▶ _WHAT IS NEEDED_: Restrict the output to the lines below starting at the one that contains "with BuildPart() as" and ending at the one that contains "Rebuilt in FreeCAD, every", and restate them word for word, both ends included.

▶ _INFORMATION GIVEN_:
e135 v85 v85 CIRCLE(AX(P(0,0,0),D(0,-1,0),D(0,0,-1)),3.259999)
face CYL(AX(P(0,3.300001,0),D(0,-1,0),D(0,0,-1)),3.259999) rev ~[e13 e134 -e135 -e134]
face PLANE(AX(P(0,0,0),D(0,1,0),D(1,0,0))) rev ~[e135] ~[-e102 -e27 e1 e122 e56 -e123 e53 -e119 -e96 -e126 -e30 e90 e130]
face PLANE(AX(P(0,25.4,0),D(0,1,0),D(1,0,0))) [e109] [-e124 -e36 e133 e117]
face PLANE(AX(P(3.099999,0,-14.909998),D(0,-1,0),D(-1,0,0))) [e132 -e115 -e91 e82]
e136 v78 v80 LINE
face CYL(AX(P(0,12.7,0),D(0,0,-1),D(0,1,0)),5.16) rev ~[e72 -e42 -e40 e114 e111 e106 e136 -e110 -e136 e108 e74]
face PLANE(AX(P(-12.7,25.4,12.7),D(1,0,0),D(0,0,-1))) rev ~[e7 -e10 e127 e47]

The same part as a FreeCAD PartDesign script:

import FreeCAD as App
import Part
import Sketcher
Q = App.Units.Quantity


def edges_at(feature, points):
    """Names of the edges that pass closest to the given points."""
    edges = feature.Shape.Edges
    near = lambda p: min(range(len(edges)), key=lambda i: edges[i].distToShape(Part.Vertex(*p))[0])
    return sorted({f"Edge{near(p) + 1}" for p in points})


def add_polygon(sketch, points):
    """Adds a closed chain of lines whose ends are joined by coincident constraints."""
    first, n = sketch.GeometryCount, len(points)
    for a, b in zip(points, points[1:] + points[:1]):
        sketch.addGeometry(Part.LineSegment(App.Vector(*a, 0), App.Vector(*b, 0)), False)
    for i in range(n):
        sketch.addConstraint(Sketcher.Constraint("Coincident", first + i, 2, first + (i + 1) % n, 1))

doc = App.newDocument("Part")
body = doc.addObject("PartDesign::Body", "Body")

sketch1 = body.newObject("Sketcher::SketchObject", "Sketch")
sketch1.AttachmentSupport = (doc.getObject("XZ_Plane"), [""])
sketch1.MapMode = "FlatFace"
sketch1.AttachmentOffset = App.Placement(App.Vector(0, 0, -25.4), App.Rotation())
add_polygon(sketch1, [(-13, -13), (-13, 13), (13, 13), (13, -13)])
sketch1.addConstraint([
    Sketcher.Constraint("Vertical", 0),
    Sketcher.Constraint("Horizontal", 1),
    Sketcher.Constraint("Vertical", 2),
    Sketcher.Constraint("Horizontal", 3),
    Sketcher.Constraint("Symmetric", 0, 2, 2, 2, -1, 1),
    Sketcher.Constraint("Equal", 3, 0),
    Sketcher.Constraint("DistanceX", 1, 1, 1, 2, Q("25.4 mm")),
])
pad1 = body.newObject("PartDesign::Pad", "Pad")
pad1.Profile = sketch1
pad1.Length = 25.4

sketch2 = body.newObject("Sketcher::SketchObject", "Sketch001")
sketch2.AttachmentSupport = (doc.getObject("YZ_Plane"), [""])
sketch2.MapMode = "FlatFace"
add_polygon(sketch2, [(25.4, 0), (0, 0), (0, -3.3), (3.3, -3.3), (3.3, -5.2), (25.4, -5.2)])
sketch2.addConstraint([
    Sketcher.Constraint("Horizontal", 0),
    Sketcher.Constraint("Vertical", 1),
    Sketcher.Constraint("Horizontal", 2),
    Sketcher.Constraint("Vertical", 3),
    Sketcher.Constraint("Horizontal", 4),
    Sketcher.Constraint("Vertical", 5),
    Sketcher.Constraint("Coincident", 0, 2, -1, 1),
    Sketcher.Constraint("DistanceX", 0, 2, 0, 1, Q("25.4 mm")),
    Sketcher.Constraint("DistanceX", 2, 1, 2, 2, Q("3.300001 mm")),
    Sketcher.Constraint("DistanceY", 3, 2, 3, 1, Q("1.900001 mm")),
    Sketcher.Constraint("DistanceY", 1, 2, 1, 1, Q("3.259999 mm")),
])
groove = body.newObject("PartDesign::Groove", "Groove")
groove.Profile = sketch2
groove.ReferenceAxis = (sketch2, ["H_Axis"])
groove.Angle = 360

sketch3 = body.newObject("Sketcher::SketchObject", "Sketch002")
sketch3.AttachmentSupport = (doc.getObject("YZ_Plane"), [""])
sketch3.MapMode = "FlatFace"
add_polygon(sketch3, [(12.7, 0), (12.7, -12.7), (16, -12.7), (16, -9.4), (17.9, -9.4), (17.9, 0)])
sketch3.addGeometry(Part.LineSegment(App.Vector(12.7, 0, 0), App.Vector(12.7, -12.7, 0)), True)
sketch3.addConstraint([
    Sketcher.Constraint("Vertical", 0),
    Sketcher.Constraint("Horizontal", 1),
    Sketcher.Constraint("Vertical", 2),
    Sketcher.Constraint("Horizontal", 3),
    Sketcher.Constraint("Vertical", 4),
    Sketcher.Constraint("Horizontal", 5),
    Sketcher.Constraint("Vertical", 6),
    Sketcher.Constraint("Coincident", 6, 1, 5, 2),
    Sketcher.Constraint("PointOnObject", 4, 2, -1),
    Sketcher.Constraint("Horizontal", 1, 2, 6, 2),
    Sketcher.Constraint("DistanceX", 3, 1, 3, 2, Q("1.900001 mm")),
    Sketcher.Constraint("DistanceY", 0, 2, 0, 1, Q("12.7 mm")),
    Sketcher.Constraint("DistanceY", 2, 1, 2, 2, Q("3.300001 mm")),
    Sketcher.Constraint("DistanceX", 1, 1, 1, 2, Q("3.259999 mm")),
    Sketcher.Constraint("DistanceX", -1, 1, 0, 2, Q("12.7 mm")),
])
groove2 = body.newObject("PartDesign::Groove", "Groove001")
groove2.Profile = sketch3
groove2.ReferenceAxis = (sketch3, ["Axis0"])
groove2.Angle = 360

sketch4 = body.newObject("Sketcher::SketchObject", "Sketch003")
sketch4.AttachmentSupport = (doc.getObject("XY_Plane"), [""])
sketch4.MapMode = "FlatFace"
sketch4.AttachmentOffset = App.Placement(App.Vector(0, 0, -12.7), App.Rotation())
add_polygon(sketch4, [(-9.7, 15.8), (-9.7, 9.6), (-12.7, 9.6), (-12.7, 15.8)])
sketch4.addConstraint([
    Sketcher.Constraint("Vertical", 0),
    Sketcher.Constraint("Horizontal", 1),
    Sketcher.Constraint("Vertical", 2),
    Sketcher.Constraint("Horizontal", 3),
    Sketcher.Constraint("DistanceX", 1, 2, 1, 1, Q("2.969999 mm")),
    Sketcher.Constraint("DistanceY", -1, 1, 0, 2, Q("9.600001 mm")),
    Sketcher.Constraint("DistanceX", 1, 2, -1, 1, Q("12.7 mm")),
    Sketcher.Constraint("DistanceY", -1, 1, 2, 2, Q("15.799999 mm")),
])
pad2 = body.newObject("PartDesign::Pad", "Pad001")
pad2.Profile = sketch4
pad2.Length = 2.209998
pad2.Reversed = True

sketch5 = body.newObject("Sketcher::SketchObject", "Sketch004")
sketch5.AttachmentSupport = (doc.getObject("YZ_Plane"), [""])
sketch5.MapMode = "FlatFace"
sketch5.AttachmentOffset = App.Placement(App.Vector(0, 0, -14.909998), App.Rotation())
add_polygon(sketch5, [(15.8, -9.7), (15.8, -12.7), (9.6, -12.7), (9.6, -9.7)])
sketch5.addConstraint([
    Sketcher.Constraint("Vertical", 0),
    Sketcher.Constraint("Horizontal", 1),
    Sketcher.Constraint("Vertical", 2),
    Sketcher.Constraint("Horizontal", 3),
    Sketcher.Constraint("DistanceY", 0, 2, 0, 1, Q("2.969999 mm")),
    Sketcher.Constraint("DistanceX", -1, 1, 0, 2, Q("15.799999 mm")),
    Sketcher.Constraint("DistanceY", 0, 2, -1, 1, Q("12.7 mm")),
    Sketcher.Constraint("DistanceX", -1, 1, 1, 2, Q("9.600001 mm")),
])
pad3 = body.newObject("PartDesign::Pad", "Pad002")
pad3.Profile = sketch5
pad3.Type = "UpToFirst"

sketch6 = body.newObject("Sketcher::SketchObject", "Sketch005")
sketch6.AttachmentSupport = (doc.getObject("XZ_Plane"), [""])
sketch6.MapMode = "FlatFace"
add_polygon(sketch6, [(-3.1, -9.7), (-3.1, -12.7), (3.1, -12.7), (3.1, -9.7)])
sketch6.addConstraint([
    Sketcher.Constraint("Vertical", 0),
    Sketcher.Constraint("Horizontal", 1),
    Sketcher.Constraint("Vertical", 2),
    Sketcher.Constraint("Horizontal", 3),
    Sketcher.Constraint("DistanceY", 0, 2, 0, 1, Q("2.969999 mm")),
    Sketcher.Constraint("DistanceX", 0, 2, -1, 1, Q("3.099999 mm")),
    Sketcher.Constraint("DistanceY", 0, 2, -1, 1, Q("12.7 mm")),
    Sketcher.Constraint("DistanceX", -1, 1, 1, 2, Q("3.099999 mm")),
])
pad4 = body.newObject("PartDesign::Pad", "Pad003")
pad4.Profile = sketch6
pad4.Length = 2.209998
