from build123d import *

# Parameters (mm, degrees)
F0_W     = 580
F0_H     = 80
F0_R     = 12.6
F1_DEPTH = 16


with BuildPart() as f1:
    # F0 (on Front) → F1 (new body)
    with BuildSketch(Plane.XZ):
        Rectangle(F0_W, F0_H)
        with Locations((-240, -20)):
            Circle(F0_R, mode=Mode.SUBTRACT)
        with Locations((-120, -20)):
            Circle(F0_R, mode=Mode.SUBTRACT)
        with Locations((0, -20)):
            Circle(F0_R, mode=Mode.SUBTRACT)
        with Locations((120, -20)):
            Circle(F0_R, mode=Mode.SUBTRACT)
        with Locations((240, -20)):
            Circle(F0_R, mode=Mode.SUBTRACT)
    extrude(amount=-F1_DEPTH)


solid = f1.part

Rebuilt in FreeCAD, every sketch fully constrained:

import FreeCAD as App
import Part
import Sketcher
Q = App.Units.Quantity


def add_polygon(sketch, points):
    """Adds a closed chain of lines whose ends are joined by coincident constraints."""
    first, n = sketch.GeometryCount, len(points)
    for a, b in zip(points, points[1:] + points[:1]):
        sketch.addGeometry(Part.LineSegment(App.Vector(*a, 0), App.Vector(*b, 0)), False)
    for i in range(n):
        sketch.addConstraint(Sketcher.Constraint("Coincident", first + i, 2, first + (i + 1) % n, 1))

doc = App.newDocument("Part")
body = doc.addObject("PartDesign::Body", "Body")

sketch1 = body.newObject("Sketcher::SketchObject", "Sketch")
sketch1.AttachmentSupport = (doc.getObject("XZ_Plane"), [""])
sketch1.MapMode = "FlatFace"
add_polygon(sketch1, [(-290, 40), (-290, -40), (290, -40), (290, 40)])
sketch1.addGeometry(Part.Circle(App.Vector(-240, -20, 0), App.Vector(0, 0, 1), 12.6), False)
sketch1.addGeometry(Part.Circle(App.Vector(-120, -20, 0), App.Vector(0, 0, 1), 12.6), False)
sketch1.addGeometry(Part.Circle(App.Vector(0, -20, 0), App.Vector(0, 0, 1), 12.6), False)
sketch1.addGeometry(Part.Circle(App.Vector(120, -20, 0), App.Vector(0, 0, 1), 12.6), False)
sketch1.addGeometry(Part.Circle(App.Vector(240, -20, 0), App.Vector(0, 0, 1), 12.6), False)
sketch1.addConstraint([
    Sketcher.Constraint("Vertical", 0),
    Sketcher.Constraint("Horizontal", 1),
    Sketcher.Constraint("Vertical", 2),
    Sketcher.Constraint("Horizontal", 3),
    Sketcher.Constraint("Equal", 4, 5),
    Sketcher.Constraint("Equal", 5, 6),
    Sketcher.Constraint("Equal", 6, 7),
    Sketcher.Constraint("Equal", 7, 8),
    Sketcher.Constraint("Symmetric", 0, 2, 2, 2, -1, 1),
    Sketcher.Constraint("Symmetric", 5, 3, 7, 3, -2),
    Sketcher.Constraint("Symmetric", 4, 3, 8, 3, -2),
    Sketcher.Constraint("PointOnObject", 6, 3, -2),
    Sketcher.Constraint("Horizontal", 4, 3, 5, 3),
    Sketcher.Constraint("Horizontal", 5, 3, 6, 3),
    Sketcher.Constraint("Diameter", 4, Q("25.2 mm")),
    Sketcher.Constraint("DistanceX", 1, 1, 1, 2, Q("580 mm")),
    Sketcher.Constraint("DistanceY", 0, 2, 0, 1, Q("80 mm")),
    Sketcher.Constraint("DistanceX", 4, 3, -1, 1, Q("240 mm")),
    Sketcher.Constraint("DistanceY", 4, 3, -1, 1, Q("20 mm")),
    Sketcher.Constraint("DistanceX", 5, 3, -1, 1, Q("120 mm")),
])
pad1 = body.newObject("PartDesign::Pad", "Pad")
pad1.Profile = sketch1
pad1.Length = 16
pad1.Reversed = True

doc.recompute()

▶ _ANSWER BOX_:
with BuildPart() as f1:
    # F0 (on Front) → F1 (new body)
    with BuildSketch(Plane.XZ):
        Rectangle(F0_W, F0_H)
        with Locations((-240, -20)):
            Circle(F0_R, mode=Mode.SUBTRACT)
        with Locations((-120, -20)):
            Circle(F0_R, mode=Mode.SUBTRACT)
        with Locations((0, -20)):
            Circle(F0_R, mode=Mode.SUBTRACT)
        with Locations((120, -20)):
            Circle(F0_R, mode=Mode.SUBTRACT)
        with Locations((240, -20)):
            Circle(F0_R, mode=Mode.SUBTRACT)
    extrude(amount=-F1_DEPTH)


solid = f1.part

Rebuilt in FreeCAD, every sketch fully constrained:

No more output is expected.